1.Foreign key reference

The foreign key is a common concept for various relational databases. For a relational table, you can define one or multiple fields as the foreign key, through which an association with the data in another table can be created. For example, in a game scoring report, often players are recorded with their IDs. To get the detailed information of the players from another player profile table, you should query the player profile table according to the player IDs. In this case, the player ID field can be set as the foreign key.

The foreign key can link two relational tables and help ensure data consistency, facilitating the cascade operations. Take the above game scoring report as an example. If defining the player ID field as the foreign key, then you can obtain the names, nationalities, ages, and other information of the players while getting the game scoring records.

In this example, the foreign key definition is in effect equivalent to referencing the records in the player profile table from the game scoring table. Thus, the essence of a foreign key lies in its mapping of records.

Unlike the database, esProc sets no constrains on the data type of the field values of the records, and any type of value is allowable. Thus a certain field of an esProc table sequence can get assigned with the referenced records, establishing a foreign key association straightforwardly.

Here’s an example of creating an employee education background table comprising the employee ID field and education field. The education field values are set in order through a simple loop, just for illustrating how to use the foreign key reference in esProc.

  A B C
1 =create(ID,Education) [BS,BA,MS,MA,MBA,MEE,MPA,PhD] =B1.len()
2 for 500 =B1((A2-1)%C1+1)  
3   >A1.insert(0,A2,B2)  

To link the education background table with the EMPLOYEE table, a foreign key field Info can be added, whose values references the records of the EMPLOYEE table.

  A B C
1 =create(ID,Education) [BS,BA,MS,MA,MBA,MEE,MPA,PhD] =B1.len()
2 for 500 =B1((A2-1)%C1+1)  
3   >A1.insert(0,A2,B2)  
4 $ select * from EMPLOYEE =A1.derive(A4.select@1(EID==ID):Info)  

Below is the table sequence in B4 in which the Info field references the employee records. You can double-click the field values to view the detailed information.

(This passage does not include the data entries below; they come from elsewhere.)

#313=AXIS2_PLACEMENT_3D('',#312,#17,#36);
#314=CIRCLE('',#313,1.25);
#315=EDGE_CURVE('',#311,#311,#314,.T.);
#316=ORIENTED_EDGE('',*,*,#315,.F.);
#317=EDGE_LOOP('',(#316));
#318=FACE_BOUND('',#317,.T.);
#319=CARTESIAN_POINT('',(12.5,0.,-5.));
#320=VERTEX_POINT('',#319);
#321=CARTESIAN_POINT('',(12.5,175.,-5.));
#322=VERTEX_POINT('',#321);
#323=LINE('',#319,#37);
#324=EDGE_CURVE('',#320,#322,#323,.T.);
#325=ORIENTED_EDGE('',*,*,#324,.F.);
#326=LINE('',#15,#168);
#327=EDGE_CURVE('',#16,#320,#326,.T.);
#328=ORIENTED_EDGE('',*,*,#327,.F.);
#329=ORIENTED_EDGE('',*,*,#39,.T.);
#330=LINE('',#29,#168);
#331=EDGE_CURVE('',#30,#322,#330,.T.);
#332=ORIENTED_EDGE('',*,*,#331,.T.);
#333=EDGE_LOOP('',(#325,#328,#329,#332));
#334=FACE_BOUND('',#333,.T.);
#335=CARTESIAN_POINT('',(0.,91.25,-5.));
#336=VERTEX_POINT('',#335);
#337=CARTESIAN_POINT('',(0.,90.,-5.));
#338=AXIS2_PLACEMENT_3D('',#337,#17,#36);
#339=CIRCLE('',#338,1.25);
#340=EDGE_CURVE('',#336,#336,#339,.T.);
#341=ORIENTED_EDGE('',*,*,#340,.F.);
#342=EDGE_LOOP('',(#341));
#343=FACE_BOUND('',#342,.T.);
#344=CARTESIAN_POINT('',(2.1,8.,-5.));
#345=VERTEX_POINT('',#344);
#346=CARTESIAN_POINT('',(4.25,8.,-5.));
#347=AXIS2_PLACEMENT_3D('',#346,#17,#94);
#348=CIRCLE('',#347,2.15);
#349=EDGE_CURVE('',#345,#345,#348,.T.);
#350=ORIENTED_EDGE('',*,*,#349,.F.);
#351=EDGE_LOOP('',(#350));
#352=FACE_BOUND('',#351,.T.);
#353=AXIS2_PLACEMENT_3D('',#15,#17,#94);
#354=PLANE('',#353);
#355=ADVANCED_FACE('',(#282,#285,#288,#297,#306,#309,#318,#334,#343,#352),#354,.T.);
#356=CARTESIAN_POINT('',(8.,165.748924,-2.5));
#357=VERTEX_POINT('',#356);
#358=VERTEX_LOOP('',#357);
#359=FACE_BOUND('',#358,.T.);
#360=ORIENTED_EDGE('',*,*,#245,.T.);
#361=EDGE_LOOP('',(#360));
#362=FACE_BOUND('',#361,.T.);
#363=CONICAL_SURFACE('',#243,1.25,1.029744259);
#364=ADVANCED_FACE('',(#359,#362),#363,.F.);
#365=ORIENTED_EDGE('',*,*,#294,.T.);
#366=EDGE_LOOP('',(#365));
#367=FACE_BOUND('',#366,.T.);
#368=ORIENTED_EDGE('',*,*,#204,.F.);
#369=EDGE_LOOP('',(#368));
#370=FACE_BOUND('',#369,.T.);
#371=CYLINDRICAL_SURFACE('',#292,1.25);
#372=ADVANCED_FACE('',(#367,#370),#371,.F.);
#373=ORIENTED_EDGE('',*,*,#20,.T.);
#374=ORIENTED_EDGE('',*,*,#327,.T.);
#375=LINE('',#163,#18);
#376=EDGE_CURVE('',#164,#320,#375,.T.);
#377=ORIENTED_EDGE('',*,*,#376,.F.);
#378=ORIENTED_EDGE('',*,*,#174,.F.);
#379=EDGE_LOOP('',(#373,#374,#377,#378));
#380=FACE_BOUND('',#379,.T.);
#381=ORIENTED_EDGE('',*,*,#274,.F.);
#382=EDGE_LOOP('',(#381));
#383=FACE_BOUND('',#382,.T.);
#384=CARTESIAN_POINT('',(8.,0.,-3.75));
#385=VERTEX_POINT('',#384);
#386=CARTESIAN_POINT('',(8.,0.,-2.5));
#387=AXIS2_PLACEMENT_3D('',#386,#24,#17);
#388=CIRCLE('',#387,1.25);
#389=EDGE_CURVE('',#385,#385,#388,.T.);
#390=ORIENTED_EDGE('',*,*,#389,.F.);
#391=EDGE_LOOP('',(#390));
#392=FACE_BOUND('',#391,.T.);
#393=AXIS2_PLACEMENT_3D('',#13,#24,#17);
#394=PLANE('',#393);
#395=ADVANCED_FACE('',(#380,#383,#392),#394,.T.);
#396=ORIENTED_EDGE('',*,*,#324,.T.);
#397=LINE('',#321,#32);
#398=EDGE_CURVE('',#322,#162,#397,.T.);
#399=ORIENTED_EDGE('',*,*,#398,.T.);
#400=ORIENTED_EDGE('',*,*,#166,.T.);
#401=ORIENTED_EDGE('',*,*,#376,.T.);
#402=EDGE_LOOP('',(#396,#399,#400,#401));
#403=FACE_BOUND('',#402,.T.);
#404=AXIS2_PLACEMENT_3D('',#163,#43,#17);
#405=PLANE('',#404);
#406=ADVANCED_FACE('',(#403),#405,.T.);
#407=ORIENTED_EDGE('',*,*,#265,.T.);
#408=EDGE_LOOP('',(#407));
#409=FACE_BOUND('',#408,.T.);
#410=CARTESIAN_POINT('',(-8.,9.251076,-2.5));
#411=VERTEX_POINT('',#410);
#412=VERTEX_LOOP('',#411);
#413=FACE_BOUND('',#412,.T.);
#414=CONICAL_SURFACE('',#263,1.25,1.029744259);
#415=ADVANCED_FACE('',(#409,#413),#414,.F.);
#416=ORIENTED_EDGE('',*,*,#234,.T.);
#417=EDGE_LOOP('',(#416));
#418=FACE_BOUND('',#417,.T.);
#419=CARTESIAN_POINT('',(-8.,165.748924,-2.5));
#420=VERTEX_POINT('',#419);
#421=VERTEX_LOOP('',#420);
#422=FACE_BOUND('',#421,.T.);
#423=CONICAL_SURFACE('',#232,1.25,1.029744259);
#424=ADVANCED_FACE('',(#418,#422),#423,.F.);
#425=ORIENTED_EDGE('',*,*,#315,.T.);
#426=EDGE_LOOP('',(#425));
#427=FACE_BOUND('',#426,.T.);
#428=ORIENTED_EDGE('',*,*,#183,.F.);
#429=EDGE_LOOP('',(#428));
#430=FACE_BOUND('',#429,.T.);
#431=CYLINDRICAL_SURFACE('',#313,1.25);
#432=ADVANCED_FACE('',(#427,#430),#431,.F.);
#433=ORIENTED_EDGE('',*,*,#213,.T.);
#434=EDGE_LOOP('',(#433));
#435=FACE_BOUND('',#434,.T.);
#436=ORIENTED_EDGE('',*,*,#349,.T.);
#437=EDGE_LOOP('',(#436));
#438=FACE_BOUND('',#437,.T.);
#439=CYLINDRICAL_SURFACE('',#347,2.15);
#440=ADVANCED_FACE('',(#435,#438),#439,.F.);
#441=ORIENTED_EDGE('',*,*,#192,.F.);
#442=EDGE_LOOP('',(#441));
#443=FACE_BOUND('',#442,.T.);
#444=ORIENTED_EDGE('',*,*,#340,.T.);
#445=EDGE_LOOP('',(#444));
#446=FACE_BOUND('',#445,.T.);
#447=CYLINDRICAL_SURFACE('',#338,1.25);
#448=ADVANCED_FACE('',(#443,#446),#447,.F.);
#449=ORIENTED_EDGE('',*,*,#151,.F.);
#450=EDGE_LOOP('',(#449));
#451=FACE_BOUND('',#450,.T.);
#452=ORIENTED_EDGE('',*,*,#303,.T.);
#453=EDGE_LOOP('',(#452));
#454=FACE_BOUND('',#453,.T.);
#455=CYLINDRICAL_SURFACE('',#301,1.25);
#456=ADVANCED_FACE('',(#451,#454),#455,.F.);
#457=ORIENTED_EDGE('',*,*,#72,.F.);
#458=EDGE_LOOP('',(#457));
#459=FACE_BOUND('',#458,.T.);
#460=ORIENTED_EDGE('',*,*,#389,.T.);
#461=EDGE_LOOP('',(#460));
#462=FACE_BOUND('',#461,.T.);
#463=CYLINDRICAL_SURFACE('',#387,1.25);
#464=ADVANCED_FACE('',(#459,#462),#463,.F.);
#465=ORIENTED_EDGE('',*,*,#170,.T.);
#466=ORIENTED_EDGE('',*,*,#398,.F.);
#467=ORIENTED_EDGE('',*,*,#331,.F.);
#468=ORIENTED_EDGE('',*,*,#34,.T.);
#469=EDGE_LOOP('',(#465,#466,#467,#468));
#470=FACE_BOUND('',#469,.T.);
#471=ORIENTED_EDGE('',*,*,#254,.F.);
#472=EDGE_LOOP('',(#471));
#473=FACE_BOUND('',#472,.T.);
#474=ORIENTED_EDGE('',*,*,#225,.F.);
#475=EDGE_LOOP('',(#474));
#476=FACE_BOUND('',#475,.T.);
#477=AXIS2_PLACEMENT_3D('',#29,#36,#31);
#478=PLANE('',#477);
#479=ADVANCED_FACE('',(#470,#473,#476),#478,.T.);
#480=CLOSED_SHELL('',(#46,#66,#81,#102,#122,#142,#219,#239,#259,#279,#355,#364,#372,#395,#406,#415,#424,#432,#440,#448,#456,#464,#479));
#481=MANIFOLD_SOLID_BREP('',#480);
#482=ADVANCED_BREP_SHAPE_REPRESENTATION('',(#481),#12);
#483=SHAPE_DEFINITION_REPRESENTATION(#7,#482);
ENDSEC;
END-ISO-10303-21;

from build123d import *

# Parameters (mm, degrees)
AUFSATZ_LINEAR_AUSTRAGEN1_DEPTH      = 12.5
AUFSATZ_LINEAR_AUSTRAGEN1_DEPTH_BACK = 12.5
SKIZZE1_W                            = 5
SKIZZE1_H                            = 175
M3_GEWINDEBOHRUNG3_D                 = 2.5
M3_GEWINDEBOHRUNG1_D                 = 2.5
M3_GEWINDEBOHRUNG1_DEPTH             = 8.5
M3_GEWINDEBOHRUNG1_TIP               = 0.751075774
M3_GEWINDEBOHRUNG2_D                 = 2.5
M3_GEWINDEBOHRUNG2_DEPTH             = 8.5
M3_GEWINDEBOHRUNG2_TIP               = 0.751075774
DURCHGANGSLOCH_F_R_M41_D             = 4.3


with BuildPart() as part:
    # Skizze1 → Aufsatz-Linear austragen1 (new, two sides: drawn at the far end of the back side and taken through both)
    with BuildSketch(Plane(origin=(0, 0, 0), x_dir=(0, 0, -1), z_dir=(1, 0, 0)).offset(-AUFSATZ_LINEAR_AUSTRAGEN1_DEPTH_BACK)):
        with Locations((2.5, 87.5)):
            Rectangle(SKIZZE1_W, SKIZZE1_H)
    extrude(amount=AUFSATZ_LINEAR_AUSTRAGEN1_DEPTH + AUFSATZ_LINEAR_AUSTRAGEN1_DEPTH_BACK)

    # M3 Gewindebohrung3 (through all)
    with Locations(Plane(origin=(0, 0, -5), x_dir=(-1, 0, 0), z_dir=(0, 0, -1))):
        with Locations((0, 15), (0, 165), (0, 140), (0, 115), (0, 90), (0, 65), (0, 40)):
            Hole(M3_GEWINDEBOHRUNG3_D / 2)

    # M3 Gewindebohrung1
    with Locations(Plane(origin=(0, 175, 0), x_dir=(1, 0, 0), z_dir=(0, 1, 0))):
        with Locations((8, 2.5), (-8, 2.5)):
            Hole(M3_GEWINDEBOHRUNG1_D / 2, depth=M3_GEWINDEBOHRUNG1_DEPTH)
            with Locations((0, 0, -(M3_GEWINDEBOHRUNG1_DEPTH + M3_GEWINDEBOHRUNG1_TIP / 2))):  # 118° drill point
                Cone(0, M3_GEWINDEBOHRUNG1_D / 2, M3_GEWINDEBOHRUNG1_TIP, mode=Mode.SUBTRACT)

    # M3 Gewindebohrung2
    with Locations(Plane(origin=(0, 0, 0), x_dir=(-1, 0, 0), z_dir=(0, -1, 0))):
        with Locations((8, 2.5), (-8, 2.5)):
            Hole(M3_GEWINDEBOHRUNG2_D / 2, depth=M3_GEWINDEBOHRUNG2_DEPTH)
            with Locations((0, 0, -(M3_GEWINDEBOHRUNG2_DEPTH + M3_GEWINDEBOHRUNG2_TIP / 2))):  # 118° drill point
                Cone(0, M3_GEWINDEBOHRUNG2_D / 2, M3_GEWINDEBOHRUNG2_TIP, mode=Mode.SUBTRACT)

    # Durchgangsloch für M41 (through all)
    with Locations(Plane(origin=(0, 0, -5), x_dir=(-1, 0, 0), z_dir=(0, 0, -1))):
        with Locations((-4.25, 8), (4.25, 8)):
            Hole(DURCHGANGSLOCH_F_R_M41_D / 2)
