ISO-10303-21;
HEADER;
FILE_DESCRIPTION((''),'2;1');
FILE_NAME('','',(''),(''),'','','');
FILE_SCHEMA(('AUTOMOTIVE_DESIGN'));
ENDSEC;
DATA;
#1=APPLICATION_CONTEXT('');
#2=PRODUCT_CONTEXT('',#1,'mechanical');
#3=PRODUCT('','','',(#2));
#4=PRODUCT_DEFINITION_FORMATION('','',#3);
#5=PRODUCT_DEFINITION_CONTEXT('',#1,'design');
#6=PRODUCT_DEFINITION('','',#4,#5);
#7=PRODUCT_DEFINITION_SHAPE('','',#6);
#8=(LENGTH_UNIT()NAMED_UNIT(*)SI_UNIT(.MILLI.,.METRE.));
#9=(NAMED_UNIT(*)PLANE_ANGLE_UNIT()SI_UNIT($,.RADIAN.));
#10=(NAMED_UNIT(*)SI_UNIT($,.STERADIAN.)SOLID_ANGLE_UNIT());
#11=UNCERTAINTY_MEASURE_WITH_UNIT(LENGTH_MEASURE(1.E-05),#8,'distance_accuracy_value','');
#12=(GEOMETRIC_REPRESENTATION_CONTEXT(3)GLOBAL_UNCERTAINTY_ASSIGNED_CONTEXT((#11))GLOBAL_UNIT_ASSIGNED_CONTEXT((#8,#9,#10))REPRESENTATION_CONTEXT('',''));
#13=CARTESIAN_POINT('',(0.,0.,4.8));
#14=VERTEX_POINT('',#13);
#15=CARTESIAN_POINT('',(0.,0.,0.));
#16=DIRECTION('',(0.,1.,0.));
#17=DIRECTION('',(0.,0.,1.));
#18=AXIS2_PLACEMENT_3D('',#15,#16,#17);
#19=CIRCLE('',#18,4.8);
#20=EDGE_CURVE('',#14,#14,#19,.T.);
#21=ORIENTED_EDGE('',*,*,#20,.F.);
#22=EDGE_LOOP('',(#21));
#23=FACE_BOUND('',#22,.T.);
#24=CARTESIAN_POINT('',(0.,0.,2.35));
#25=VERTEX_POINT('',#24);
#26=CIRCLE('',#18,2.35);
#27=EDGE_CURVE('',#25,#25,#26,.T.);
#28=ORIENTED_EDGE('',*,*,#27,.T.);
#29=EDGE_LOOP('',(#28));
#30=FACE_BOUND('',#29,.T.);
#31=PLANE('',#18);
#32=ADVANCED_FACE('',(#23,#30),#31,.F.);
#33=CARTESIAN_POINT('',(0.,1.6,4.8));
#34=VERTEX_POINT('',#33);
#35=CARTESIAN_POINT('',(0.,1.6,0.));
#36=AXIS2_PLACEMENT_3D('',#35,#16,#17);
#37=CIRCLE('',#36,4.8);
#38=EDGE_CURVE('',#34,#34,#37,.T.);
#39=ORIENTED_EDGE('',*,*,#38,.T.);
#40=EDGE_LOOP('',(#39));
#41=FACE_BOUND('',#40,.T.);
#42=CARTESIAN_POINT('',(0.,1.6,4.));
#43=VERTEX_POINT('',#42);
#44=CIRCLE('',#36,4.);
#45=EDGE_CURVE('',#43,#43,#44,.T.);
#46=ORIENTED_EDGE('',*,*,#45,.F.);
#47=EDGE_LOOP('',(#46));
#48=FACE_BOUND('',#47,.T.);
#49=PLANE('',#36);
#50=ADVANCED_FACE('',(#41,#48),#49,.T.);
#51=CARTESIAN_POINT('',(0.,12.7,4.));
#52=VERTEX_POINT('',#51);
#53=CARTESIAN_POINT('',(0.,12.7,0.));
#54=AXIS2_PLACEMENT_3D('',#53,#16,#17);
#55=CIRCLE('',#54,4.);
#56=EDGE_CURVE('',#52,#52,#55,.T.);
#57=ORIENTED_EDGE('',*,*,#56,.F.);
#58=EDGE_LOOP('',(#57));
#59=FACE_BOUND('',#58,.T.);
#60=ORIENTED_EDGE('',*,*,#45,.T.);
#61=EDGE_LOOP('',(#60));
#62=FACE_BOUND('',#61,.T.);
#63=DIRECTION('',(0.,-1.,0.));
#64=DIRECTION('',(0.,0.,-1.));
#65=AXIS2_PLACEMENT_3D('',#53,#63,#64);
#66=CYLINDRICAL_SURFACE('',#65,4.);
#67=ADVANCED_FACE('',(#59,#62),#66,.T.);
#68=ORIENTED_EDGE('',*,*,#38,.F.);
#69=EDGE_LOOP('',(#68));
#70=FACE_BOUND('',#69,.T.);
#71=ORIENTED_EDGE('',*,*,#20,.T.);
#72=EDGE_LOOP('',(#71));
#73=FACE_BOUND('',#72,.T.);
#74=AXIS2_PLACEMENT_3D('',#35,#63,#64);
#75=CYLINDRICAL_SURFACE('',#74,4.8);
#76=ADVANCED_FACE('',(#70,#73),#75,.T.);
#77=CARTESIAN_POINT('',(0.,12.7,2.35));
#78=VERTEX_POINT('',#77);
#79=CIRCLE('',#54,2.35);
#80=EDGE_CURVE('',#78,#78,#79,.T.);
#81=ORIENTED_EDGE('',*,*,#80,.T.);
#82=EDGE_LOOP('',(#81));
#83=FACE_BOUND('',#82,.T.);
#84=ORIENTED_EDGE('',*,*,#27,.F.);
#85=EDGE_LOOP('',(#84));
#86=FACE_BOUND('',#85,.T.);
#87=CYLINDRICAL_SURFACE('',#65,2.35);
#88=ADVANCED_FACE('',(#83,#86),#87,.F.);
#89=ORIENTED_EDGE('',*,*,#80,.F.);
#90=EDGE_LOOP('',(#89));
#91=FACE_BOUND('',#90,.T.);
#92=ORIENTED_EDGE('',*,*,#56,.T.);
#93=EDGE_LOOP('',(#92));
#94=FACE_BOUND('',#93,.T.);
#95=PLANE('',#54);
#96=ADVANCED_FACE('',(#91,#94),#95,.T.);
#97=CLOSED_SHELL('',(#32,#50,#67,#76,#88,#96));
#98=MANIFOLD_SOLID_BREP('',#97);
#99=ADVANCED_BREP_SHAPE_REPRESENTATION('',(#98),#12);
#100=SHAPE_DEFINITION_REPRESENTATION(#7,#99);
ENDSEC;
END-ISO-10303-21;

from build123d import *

# Parameters (mm, degrees)
SKETCH_1_R      = 4
SKETCH_1_R_2    = 2.35
EXTRUDE_1_DEPTH = 12.7
SKETCH_1_3_R    = 4.8
SKETCH_1_3_R_2  = 4
EXTRUDE_2_DEPTH = 1.6


with BuildPart() as part:
    # 스케치1 → 보스-돌출1 (new body)
    with BuildSketch(Plane(origin=(0, 0, 0), x_dir=(1, 0, 0), z_dir=(0, 1, 0))):
        Circle(SKETCH_1_R)
        Circle(SKETCH_1_R_2, mode=Mode.SUBTRACT)
    extrude(amount=EXTRUDE_1_DEPTH)

    # 스케치1<3> → 보스-돌출2 (add)
    with BuildSketch(Plane(origin=(0, 0, 0), x_dir=(1, 0, 0), z_dir=(0, 1, 0))):
        Circle(SKETCH_1_3_R)
        Circle(SKETCH_1_3_R_2, mode=Mode.SUBTRACT)
    extrude(amount=EXTRUDE_2_DEPTH)


solid = part.part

esProc_dataset_reference_1

Through record referencing, the foreign-key join queries are easier to perform and the query statements become clearer and more intuitive. A field whose values are records can be handled as any other fields and the records can be processed normally. For example, the following lists the ID, full name, education background and department for employees from the state of Ohio.

  A B C
1 =create(ID,Education) [BS,BA,MS,MA,MBA,MEE,MPA,PhD] =B1.len()
2 for 500 =B1((A2-1)%C1+1)  
3   >A1.insert(0,A2,B2)  
4 $ select * from EMPLOYEE =A1.derive(A4.select@1(EID==ID):Info)  
5 =B4.select(Info.STATE== “Ohio”) =A5.new(ID,Info.NAME+” “+Info.SURNAME:FullName,Education,Info.STATE:State,Info.DEPT:Dept)  

The following is B5’s result:

esProc_dataset_reference_2

esProc allows assigning not only the records of other table seqeunces but also those of the current table sequence to the foreign key field.

In esProc, A.derive() function can assign records to a newly-added field when generating a table sequence. And the A.run() function can assign value to an existing field. For example:

  A B C
1 =create(ID,Education) [BS,BA,MS,MA,MBA,MEE,MPA,PhD] =B1.len()
2 for 500 =B1((A2-1)%C1+1)  
3   >A1.insert(0,A2,B2)  
4 $ select * from EMPLOYEE >A1.run(ID=A4.select@1(EID==A1.ID))  

B4 modifies the employee ID field in the education background table sequence to the corresponding records in the EMPLOYEE table. After that, A1’s table sequence is as follows:

esProc_dataset_reference_3

If the primary key of the corresponding table is a single field, you can also use the function A.switch():

  A B C
1 =create(ID,Education) [BS,BA,MS,MA,MBA,MEE,MPA,PhD] =B1.len()
2 for 500 =B1((A2-1)%C1+1)  
3   >A1.insert(0,A2,B2)  
4 $ select * from EMPLOYEE >A1.switch(ID,A4)  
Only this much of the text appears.